A weird little smile turned Penric’s lips. “I think such a ride could prove strangely unlucky for him. Don’t fret yourself, Oswyl. He may be the best-guarded prisoner you’ve ever taken.”
Penric sounded a bit full of himself on this point to Oswyl’s ear, but there were also the three temple guardsmen now being variously distributed with bedrolls between their room and the doors. And the shaman was plainly exhausted. The real danger might well come later, as he regained strength and balance. Oswyl shook his head and followed Penric up the stairs.
Although the bedchamber to which Gossa conducted them was a tidy-enough refuge, no room in this house was spacious. Now containing a washstand, wardrobe, bed, pulled-out trundle bed, bedroll, three men and two large dogs, it seemed even smaller. Gossa handed Oswyl the taper, pointed out the brace of candles on the washstand, bade them goodnight, and shut the door upon them. Oswyl improved the lighting somewhat when he lit the candles, although not the smell, as they were tallow.
Penric politely yielded first turn at the washstand to Oswyl. The prisoner came a pointed third. The sorcerer, who moved like a cat in the shadows, also preempted Oswyl’s intent to assign beds by plumping himself down on the trundle, and the dogs capped it by nosing Inglis to the bedroll and disposing themselves to either side of it. Inglis lowered himself awkwardly, with a pained grunt. Oswyl would have put the sorcerer on the floo
r in front of the door, and the prisoner between them.
“So, Inglis,” Penric began. “I am something of a physician, although not presently sworn to practice. I think I might do a little for that leg of yours, if you’ll let me have a look at it.”
“Is that wise?” asked Oswyl, startled. To him, Inglis’s injury had seemed as good as a leg-iron.
“Oh, yes,” said Penric cheerily. “We’ve destroyed enough fleas in this household to balance a week of healing.” He glanced at Inglis, made a brief wave of his hand, and added, “And lice.”
Inglis, sounding stung, said, “I slept in some vile inns. And I haven’t had a chance to bathe properly for a month.”
All right, he sleeps on the floor, Oswyl revised his plan. And then wondered if Penric had misunderstood him deliberately.
Inglis scrubbed a hand through his ragged hair, then swallowed a startled oath. In this light Oswyl couldn’t see the rain of dead bugs, but he could hear the faint patter as they hit the floorboards.

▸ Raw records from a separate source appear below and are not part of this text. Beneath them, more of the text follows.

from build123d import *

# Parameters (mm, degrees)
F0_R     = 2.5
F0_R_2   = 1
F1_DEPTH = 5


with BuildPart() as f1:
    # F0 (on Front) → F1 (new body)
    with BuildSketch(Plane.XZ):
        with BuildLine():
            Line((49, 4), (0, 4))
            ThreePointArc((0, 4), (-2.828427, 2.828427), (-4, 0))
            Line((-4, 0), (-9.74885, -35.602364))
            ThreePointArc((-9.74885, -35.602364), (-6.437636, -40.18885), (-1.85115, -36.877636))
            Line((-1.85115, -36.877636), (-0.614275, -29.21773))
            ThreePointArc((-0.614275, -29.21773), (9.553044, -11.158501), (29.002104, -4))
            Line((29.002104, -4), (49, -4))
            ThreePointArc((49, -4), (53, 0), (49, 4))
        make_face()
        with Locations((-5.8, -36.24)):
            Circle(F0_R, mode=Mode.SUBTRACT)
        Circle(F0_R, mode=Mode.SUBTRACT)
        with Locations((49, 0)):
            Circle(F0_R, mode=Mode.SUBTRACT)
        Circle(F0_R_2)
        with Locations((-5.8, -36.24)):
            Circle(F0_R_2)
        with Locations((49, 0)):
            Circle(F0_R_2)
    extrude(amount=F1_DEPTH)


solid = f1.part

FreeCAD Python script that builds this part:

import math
import FreeCAD as App
import Part
import Sketcher
from FreeCAD import Vector

doc = App.newDocument("Part")
params = doc.addObject("Spreadsheet::Sheet", "Params")
for row, (alias, value) in enumerate([
    ("sketch1_diameter", "5 mm"),
    ("sketch1_diameter2", "2 mm"),
    ("sketch1_radius", "4 mm"),
    ("sketch1_radius2", "30 mm"),
    ("sketch1_width", "49 mm"),
    ("pad1_length", "5 mm"),
], start=1):
    params.set(f"A{row}", alias)
    params.set(f"B{row}", "=" + value)
    params.setAlias(f"B{row}", alias)

body = doc.addObject("PartDesign::Body", "Body")
body.AllowCompound = True

# Sketch on XZ plane
sketch1 = body.newObject("Sketcher::SketchObject", "Sketch")
sketch1.AttachmentSupport = (doc.getObject("XZ_Plane"), [""])
sketch1.MapMode = "FlatFace"
sketch1.addGeometry([
    Part.LineSegment(Vector(49, 4, 0), Vector(0, 4, 0)),  # 0
    Part.ArcOfCircle(Part.Circle(Vector(0, 0, 0), Vector(0, 0, 1), 4), math.radians(90.000006), math.radians(179.999994)),  # 1
    Part.LineSegment(Vector(-4, 0, 0), Vector(-9.74885, -35.602364, 0)),  # 2
    Part.ArcOfCircle(Part.Circle(Vector(-5.8, -36.24, 0), Vector(0, 0, 1), 3.999999), math.radians(170.827405), math.radians(350.827405)),  # 3
    Part.LineSegment(Vector(-1.85115, -36.877636, 0), Vector(-0.614275, -29.21773, 0)),  # 4
    Part.ArcOfCircle(Part.Circle(Vector(29.002104, -34, 0), Vector(0, 0, 1), 30), math.radians(89.999999), math.radians(170.827406)),  # 5
    Part.LineSegment(Vector(29.002104, -4, 0), Vector(49, -4, 0)),  # 6
    Part.ArcOfCircle(Part.Circle(Vector(49, 0, 0), Vector(0, 0, 1), 4), math.radians(-90), math.radians(90)),  # 7
    Part.Circle(Vector(-5.8, -36.24, 0), Vector(0, 0, 1), 2.5),  # 8
    Part.Circle(Vector(0, 0, 0), Vector(0, 0, 1), 2.5),  # 9
    Part.Circle(Vector(49, 0, 0), Vector(0, 0, 1), 2.5),  # 10
    Part.Circle(Vector(0, 0, 0), Vector(0, 0, 1), 1),  # 11
    Part.Circle(Vector(-5.8, -36.24, 0), Vector(0, 0, 1), 1),  # 12
    Part.Circle(Vector(49, 0, 0), Vector(0, 0, 1), 1),  # 13
], False)
sketch1.addConstraint([
    Sketcher.Constraint("Tangent", 0, 2, 1, 1),
    Sketcher.Constraint("Coincident", 1, 2, 2, 1),
    Sketcher.Constraint("Tangent", 2, 2, 3, 1),
    Sketcher.Constraint("Tangent", 3, 2, 4, 1),
    Sketcher.Constraint("Tangent", 4, 2, 5, 2),
    Sketcher.Constraint("Tangent", 5, 1, 6, 1),
    Sketcher.Constraint("Tangent", 6, 2, 7, 1),
    Sketcher.Constraint("Tangent", 7, 2, 0, 1),
    Sketcher.Constraint("Horizontal", 0),
    Sketcher.Constraint("Horizontal", 6),
    Sketcher.Constraint("Coincident", 1, 3, -1, 1),
    Sketcher.Constraint("Coincident", 9, 3, -1, 1),
    Sketcher.Constraint("Coincident", 11, 3, -1, 1),
    Sketcher.Constraint("Coincident", 8, 3, 3, 3),
    Sketcher.Constraint("Coincident", 10, 3, 7, 3),
    Sketcher.Constraint("Coincident", 12, 3, 3, 3),
    Sketcher.Constraint("Coincident", 13, 3, 7, 3),
    Sketcher.Constraint("Equal", 1, 3),
    Sketcher.Constraint("Equal", 3, 7),
    Sketcher.Constraint("Equal", 8, 9),
    Sketcher.Constraint("Equal", 9, 10),
    Sketcher.Constraint("Equal", 11, 12),
    Sketcher.Constraint("Equal", 12, 13),
    Sketcher.Constraint("PointOnObject", 1, 2, -1),
    Sketcher.Constraint("Parallel", 2, 4),
    Sketcher.Constraint("Diameter", 8, 5.0),
    Sketcher.Constraint("Diameter", 11, 2.0),
    Sketcher.Constraint("Radius", 1, 4.0),
    Sketcher.Constraint("Radius", 5, 30.0),
    Sketcher.Constraint("DistanceX", 0, 2, 0, 1, 49.0),
    Sketcher.Constraint("DistanceX", 3, 3, -1, 1, 5.8),
    Sketcher.Constraint("DistanceY", 3, 3, -1, 1, 36.24),
])
sketch1.setExpression("Constraints[25]", "Params.sketch1_diameter")
sketch1.setExpression("Constraints[26]", "Params.sketch1_diameter2")
sketch1.setExpression("Constraints[27]", "Params.sketch1_radius")
sketch1.setExpression("Constraints[28]", "Params.sketch1_radius2")
sketch1.setExpression("Constraints[29]", "Params.sketch1_width")
pad1 = body.newObject("PartDesign::Pad", "Pad")
pad1.Profile = sketch1
pad1.setExpression("Length", "Params.pad1_length")

doc.recompute()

Fluidly, Penric slipped to Inglis’s right side, shoved Blood out of the way, and sat cross-legged. Inglis eyed him in doubt, but did not object, though he winced when Pen rolled up his trouser leg. The limb was impressively empurpled and swollen. The sorcerer hummed tunelessly to himself as he ran his hands up and down it. The rigidity of Inglis’s body eased. “Oh,” he murmured, sounding surprised. Penric’s face was bent over his work, but Oswyl could see his lips twitch up.

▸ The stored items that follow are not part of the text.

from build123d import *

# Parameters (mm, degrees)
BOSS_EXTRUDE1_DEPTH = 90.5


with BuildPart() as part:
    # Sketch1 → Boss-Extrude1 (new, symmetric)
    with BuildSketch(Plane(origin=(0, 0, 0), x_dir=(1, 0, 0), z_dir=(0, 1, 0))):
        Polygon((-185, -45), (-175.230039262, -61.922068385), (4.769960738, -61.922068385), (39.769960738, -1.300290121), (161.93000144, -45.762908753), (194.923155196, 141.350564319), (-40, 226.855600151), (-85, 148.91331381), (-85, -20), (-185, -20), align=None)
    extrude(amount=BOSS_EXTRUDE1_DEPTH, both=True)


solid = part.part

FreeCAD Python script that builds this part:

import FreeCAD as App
import Part
import Sketcher
Q = App.Units.Quantity


def add_polygon(sketch, points):
    """Adds a closed chain of lines whose ends are joined by coincident constraints."""
    first, n = sketch.GeometryCount, len(points)
    for a, b in zip(points, points[1:] + points[:1]):
        sketch.addGeometry(Part.LineSegment(App.Vector(*a, 0), App.Vector(*b, 0)), False)
    for i in range(n):
        sketch.addConstraint(Sketcher.Constraint("Coincident", first + i, 2, first + (i + 1) % n, 1))

doc = App.newDocument("Part")
body = doc.addObject("PartDesign::Body", "Body")

# Sketch on XZ plane
sketch1 = body.newObject("Sketcher::SketchObject", "Sketch")
sketch1.AttachmentSupport = (doc.getObject("XZ_Plane"), [""])
sketch1.MapMode = "FlatFace"
add_polygon(sketch1, [(-185, 45), (-175, 62), (5, 62), (40, 1), (162, 46), (195, -141), (-40, -227), (-85, -149), (-85, 20), (-185, 20)])  # lines 0-9
sketch1.addConstraint(Sketcher.Constraint("Horizontal", 1))
sketch1.addConstraint(Sketcher.Constraint("Vertical", 7))
sketch1.addConstraint(Sketcher.Constraint("Horizontal", 8))
sketch1.addConstraint(Sketcher.Constraint("Vertical", 9))
sketch1.addConstraint(Sketcher.Constraint("Parallel", 3, 5))
sketch1.addConstraint(Sketcher.Constraint("Parallel", 2, 6))
sketch1.addConstraint(Sketcher.Constraint("DistanceX", 1, 1, 1, 2, 180.0))
sketch1.addConstraint(Sketcher.Constraint("DistanceX", 8, 2, 8, 1, 100.0))
sketch1.addConstraint(Sketcher.Constraint("DistanceY", 9, 1, 9, 2, 25.0))
sketch1.addConstraint(Sketcher.Constraint("Angle", 0, Q("60 deg")))
sketch1.addConstraint(Sketcher.Constraint("Angle", 2, Q("-60 deg")))
sketch1.addConstraint(Sketcher.Constraint("Angle", 3, Q("20 deg")))
sketch1.addConstraint(Sketcher.Constraint("Angle", 4, Q("-80 deg")))
sketch1.addConstraint(Sketcher.Constraint("Distance", 2, 70.0))
sketch1.addConstraint(Sketcher.Constraint("Distance", 3, 130.0))
sketch1.addConstraint(Sketcher.Constraint("Distance", 4, 190.0))
sketch1.addConstraint(Sketcher.Constraint("Distance", 5, 250.0))
sketch1.addConstraint(Sketcher.Constraint("Distance", 6, 90.0))
sketch1.addConstraint(Sketcher.Constraint("DistanceX", 5, 2, -1, 1, 40.0))
sketch1.addConstraint(Sketcher.Constraint("DistanceY", -1, 1, 7, 2, 20.0))
pad1 = body.newObject("PartDesign::Pad", "Pad")
pad1.Profile = sketch1
pad1.Length = 181
pad1.Midplane = True

doc.recompute()
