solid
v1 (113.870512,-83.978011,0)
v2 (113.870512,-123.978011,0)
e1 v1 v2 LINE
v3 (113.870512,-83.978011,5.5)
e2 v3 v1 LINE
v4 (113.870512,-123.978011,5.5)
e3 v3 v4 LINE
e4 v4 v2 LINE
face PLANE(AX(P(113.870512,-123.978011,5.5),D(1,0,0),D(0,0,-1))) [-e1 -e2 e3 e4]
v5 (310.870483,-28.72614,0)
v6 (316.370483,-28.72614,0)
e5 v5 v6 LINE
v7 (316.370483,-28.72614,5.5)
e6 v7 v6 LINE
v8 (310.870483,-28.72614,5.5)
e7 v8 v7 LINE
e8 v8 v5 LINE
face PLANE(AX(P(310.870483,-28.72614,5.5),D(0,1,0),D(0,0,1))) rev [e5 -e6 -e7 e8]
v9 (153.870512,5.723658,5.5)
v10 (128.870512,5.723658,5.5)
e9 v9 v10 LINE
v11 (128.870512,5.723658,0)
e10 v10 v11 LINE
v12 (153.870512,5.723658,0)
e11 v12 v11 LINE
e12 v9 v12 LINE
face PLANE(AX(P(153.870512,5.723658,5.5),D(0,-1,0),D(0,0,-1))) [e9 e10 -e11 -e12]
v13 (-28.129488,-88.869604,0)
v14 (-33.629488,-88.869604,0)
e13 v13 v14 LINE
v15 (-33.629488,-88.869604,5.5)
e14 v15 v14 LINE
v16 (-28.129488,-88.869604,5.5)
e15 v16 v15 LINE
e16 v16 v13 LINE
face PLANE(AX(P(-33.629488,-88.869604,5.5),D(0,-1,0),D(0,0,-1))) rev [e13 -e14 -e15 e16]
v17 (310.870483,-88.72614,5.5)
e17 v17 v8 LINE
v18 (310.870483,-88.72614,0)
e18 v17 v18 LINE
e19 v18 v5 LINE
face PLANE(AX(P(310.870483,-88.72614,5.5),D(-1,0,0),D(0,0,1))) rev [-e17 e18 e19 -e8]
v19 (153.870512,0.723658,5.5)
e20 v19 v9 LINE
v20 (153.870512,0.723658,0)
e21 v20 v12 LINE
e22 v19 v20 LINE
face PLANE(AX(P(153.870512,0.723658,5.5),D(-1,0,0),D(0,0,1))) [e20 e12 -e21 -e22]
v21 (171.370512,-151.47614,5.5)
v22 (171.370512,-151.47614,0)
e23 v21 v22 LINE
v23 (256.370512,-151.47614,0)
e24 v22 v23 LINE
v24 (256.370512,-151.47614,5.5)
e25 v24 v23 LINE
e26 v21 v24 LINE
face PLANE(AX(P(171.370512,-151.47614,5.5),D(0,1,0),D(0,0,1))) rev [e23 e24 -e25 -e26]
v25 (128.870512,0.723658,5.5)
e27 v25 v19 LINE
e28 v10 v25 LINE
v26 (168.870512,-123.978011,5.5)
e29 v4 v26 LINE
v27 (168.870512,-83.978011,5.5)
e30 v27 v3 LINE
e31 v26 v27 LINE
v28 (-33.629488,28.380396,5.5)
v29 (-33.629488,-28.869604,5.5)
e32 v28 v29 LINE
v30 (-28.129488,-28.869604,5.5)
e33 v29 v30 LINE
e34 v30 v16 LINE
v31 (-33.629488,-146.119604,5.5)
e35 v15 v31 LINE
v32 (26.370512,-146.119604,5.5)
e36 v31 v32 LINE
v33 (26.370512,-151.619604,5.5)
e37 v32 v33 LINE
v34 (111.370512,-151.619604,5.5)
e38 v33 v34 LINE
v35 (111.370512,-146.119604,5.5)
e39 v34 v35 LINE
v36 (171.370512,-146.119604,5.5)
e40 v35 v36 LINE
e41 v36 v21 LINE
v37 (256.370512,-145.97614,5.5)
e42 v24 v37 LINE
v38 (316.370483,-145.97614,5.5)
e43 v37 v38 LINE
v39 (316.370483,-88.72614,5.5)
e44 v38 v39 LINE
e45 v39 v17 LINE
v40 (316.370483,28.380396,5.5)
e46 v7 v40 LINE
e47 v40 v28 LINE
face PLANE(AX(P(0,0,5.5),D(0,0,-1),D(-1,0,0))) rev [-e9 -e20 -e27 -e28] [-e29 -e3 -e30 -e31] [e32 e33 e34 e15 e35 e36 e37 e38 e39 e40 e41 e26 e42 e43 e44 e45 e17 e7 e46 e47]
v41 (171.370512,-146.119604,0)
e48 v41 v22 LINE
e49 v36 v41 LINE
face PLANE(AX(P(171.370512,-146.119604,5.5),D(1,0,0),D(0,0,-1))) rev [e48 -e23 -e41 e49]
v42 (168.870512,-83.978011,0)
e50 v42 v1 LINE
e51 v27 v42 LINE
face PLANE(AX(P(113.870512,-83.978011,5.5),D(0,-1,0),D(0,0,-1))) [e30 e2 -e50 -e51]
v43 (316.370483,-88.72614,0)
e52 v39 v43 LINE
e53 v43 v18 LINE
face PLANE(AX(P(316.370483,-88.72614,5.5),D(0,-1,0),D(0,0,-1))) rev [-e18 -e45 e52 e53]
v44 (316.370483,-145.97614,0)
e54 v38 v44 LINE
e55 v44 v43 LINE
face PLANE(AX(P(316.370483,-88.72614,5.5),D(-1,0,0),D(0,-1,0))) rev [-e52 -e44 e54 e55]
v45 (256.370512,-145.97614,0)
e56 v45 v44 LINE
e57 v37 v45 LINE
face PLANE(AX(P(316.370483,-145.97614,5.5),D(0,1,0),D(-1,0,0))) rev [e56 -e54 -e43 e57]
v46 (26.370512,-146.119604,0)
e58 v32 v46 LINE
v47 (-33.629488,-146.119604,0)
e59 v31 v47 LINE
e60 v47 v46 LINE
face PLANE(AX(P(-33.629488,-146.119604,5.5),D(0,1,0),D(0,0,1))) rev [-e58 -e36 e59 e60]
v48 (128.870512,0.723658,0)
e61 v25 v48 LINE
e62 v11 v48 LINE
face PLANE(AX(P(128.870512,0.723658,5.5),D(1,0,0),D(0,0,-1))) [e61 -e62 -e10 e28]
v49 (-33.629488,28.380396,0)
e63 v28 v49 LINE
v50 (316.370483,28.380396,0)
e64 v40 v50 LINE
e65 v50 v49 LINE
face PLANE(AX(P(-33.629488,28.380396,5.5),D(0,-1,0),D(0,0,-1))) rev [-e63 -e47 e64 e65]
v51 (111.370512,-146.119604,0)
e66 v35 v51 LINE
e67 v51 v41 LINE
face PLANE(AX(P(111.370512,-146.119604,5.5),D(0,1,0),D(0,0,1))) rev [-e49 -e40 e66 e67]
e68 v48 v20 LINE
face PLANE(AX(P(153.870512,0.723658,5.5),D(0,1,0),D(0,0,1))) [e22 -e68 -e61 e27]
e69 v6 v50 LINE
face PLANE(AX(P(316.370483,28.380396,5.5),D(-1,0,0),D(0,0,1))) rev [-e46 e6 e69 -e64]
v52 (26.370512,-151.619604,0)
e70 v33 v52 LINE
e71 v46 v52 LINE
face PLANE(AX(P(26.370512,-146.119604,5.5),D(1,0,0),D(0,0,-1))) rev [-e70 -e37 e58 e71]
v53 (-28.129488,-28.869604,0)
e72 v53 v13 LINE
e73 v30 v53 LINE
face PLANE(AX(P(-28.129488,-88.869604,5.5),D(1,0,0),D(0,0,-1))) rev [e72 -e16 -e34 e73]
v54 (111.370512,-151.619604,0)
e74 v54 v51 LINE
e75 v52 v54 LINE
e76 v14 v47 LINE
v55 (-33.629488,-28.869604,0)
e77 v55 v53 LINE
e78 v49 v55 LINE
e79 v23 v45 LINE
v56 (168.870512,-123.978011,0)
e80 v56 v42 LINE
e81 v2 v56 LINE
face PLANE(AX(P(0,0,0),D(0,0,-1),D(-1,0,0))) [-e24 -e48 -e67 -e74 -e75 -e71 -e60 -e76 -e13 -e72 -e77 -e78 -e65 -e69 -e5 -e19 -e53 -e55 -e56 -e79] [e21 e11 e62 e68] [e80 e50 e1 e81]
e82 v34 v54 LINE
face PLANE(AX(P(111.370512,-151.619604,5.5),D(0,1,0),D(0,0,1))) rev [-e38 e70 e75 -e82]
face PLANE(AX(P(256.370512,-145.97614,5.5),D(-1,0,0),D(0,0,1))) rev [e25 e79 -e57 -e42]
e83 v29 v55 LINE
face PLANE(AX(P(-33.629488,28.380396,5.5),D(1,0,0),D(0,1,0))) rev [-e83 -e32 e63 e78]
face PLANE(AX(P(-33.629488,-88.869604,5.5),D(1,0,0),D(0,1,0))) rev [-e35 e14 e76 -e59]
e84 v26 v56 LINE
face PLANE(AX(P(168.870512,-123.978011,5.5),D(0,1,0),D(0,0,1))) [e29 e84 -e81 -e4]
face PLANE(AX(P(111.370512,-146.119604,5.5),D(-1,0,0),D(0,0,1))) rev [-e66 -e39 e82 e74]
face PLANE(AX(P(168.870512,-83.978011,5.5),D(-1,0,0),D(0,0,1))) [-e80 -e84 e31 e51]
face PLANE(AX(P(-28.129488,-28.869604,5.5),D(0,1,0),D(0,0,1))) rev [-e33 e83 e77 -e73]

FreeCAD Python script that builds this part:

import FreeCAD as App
import Part
import Sketcher
Q = App.Units.Quantity


def add_polygon(sketch, points):
    """Adds a closed chain of lines whose ends are joined by coincident constraints."""
    first, n = sketch.GeometryCount, len(points)
    for a, b in zip(points, points[1:] + points[:1]):
        sketch.addGeometry(Part.LineSegment(App.Vector(*a, 0), App.Vector(*b, 0)), False)
    for i in range(n):
        sketch.addConstraint(Sketcher.Constraint("Coincident", first + i, 2, first + (i + 1) % n, 1))

doc = App.newDocument("Part")
params = doc.addObject("Spreadsheet::Sheet", "Params")
for row, (alias, value) in enumerate([
    ("sketch1_width", "60 mm"),
    ("sketch1_width2", "85 mm"),
    ("sketch1_width3", "55 mm"),
    ("sketch1_width4", "25 mm"),
    ("sketch1_height", "40 mm"),
    ("pad1_length", "5.5 mm"),
], start=1):
    params.set(f"A{row}", alias)
    params.set(f"B{row}", "=" + value)
    params.setAlias(f"B{row}", alias)

body = doc.addObject("PartDesign::Body", "Body")

sketch1 = doc.addObject("Sketcher::SketchObject", "Sketch")
body.addObject(sketch1)
sketch1.AttachmentSupport = (doc.XY_Plane, [""])
sketch1.MapMode = "FlatFace"
add_polygon(sketch1, [(316.370483, 28.380396), (-33.629488, 28.380396), (-33.629488, -28.869604), (-28.129488, -28.869604), (-28.129488, -88.869604), (-33.629488, -88.869604), (-33.629488, -146.119604), (26.370512, -146.119604), (26.370512, -151.619604), (111.370512, -151.619604), (111.370512, -146.119604), (171.370512, -146.119604), (171.370512, -151.47614), (256.370512, -151.47614), (256.370512, -145.97614), (316.370483, -145.97614), (316.370483, -88.72614), (310.870483, -88.72614), (310.870483, -28.72614), (316.370483, -28.72614)])
add_polygon(sketch1, [(113.870512, -123.978011), (113.870512, -83.978011), (168.870512, -83.978011), (168.870512, -123.978011)])
add_polygon(sketch1, [(128.870512, 0.723658), (128.870512, 5.723658), (153.870512, 5.723658), (153.870512, 0.723658)])
sketch1.addConstraint(Sketcher.Constraint("Horizontal", 0))
sketch1.addConstraint(Sketcher.Constraint("Vertical", 1))
sketch1.addConstraint(Sketcher.Constraint("Horizontal", 2))
sketch1.addConstraint(Sketcher.Constraint("Vertical", 3))
sketch1.addConstraint(Sketcher.Constraint("Horizontal", 4))
sketch1.addConstraint(Sketcher.Constraint("Vertical", 5))
sketch1.addConstraint(Sketcher.Constraint("Horizontal", 6))
sketch1.addConstraint(Sketcher.Constraint("Vertical", 7))
sketch1.addConstraint(Sketcher.Constraint("Horizontal", 8))
sketch1.addConstraint(Sketcher.Constraint("Vertical", 9))
sketch1.addConstraint(Sketcher.Constraint("Horizontal", 10))
sketch1.addConstraint(Sketcher.Constraint("Vertical", 11))
sketch1.addConstraint(Sketcher.Constraint("Horizontal", 12))
sketch1.addConstraint(Sketcher.Constraint("Vertical", 13))
sketch1.addConstraint(Sketcher.Constraint("Horizontal", 14))
sketch1.addConstraint(Sketcher.Constraint("Vertical", 15))
sketch1.addConstraint(Sketcher.Constraint("Horizontal", 16))
sketch1.addConstraint(Sketcher.Constraint("Vertical", 17))
sketch1.addConstraint(Sketcher.Constraint("Horizontal", 18))
sketch1.addConstraint(Sketcher.Constraint("Vertical", 19))
sketch1.addConstraint(Sketcher.Constraint("Vertical", 20))
sketch1.addConstraint(Sketcher.Constraint("Horizontal", 21))
sketch1.addConstraint(Sketcher.Constraint("Vertical", 22))
sketch1.addConstraint(Sketcher.Constraint("Horizontal", 23))
sketch1.addConstraint(Sketcher.Constraint("Vertical", 24))
sketch1.addConstraint(Sketcher.Constraint("Horizontal", 25))
sketch1.addConstraint(Sketcher.Constraint("Vertical", 26))
sketch1.addConstraint(Sketcher.Constraint("Horizontal", 27))
sketch1.addConstraint(Sketcher.Constraint("Horizontal", 6, 2, 9, 2))
sketch1.addConstraint(Sketcher.Constraint("Vertical", 1, 2, 4, 2))
sketch1.addConstraint(Sketcher.Constraint("Vertical", 15, 2, 18, 2))
sketch1.addConstraint(Sketcher.Constraint("Equal", 6, 10))
sketch1.addConstraint(Sketcher.Constraint("Equal", 8, 12))
sketch1.addConstraint(Sketcher.Constraint("Equal", 4, 16))
sketch1.addConstraint(Sketcher.Constraint("Equal", 10, 3))
sketch1.addConstraint(Sketcher.Constraint("Equal", 1, 5))
sketch1.addConstraint(Sketcher.Constraint("Equal", 18, 7))
sketch1.addConstraint(Sketcher.Constraint("Equal", 9, 13))
sketch1.addConstraint(Sketcher.Constraint("Equal", 5, 15))
sketch1.addConstraint(Sketcher.Constraint("Equal", 3, 17))
sketch1.addConstraint(Sketcher.Constraint("DistanceX", 6, 1, 6, 2, Q("60 mm")))
sketch1.addConstraint(Sketcher.Constraint("DistanceX", 8, 1, 8, 2, Q("85 mm")))
sketch1.addConstraint(Sketcher.Constraint("DistanceX", 21, 1, 21, 2, Q("55 mm")))
sketch1.addConstraint(Sketcher.Constraint("DistanceX", 25, 1, 25, 2, Q("25 mm")))
sketch1.addConstraint(Sketcher.Constraint("DistanceY", 20, 1, 20, 2, Q("40 mm")))
sketch1.addConstraint(Sketcher.Constraint("DistanceY", 24, 1, 24, 2, Q("5 mm")))
sketch1.addConstraint(Sketcher.Constraint("DistanceX", 2, 1, 2, 2, Q("5.5 mm")))
sketch1.addConstraint(Sketcher.Constraint("DistanceX", 20, 2, 24, 2, Q("15 mm")))
sketch1.addConstraint(Sketcher.Constraint("DistanceY", 1, 2, 1, 1, Q("57.25 mm")))
sketch1.addConstraint(Sketcher.Constraint("DistanceX", 9, 2, 20, 2, Q("2.5 mm")))
sketch1.addConstraint(Sketcher.Constraint("DistanceX", 0, 2, 0, 1, Q("349.999971 mm")))
sketch1.addConstraint(Sketcher.Constraint("DistanceY", 11, 2, 11, 1, Q("5.356536 mm")))
sketch1.addConstraint(Sketcher.Constraint("DistanceY", 11, 2, -1, 1, Q("151.47614 mm")))
sketch1.addConstraint(Sketcher.Constraint("DistanceY", 20, 2, -1, 1, Q("83.978011 mm")))
sketch1.addConstraint(Sketcher.Constraint("DistanceY", -1, 1, 24, 2, Q("5.723658 mm")))
sketch1.addConstraint(Sketcher.Constraint("DistanceX", 0, 2, -1, 1, Q("33.629488 mm")))
sketch1.setExpression("Constraints[68]", "Params.sketch1_width")
sketch1.setExpression("Constraints[69]", "Params.sketch1_width2")
sketch1.setExpression("Constraints[70]", "Params.sketch1_width3")
sketch1.setExpression("Constraints[71]", "Params.sketch1_width4")
sketch1.setExpression("Constraints[72]", "Params.sketch1_height")
pad1 = doc.addObject("PartDesign::Pad", "Pad")
body.addObject(pad1)
pad1.Profile = sketch1
pad1.setExpression("Length", "Params.pad1_length")

doc.recompute()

“A little ragged crack in one bone, but it’s not propagating despite your abuse of it. The rest is pulled muscles and some very unhappy tendons. The usual instruction would be to abandon ambition, put your leg up, and rest for about three weeks.”
Inglis snorted. Oswyl frowned.
“Indeed. But I may be able to supply a few more treatments as we go along, to replace some of that.” Penric straightened his back. There was no visible difference in the leg, but as Inglis sat up in his bedroll, Oswyl was reminded of those nursery stories where the hero removed a thorn from the wolf’s paw and was rewarded with the beast’s trust. Did Penric and Inglis know those tales, too? From the wry cast to Inglis’s face as he watched the sorcerer, Oswyl thought he might.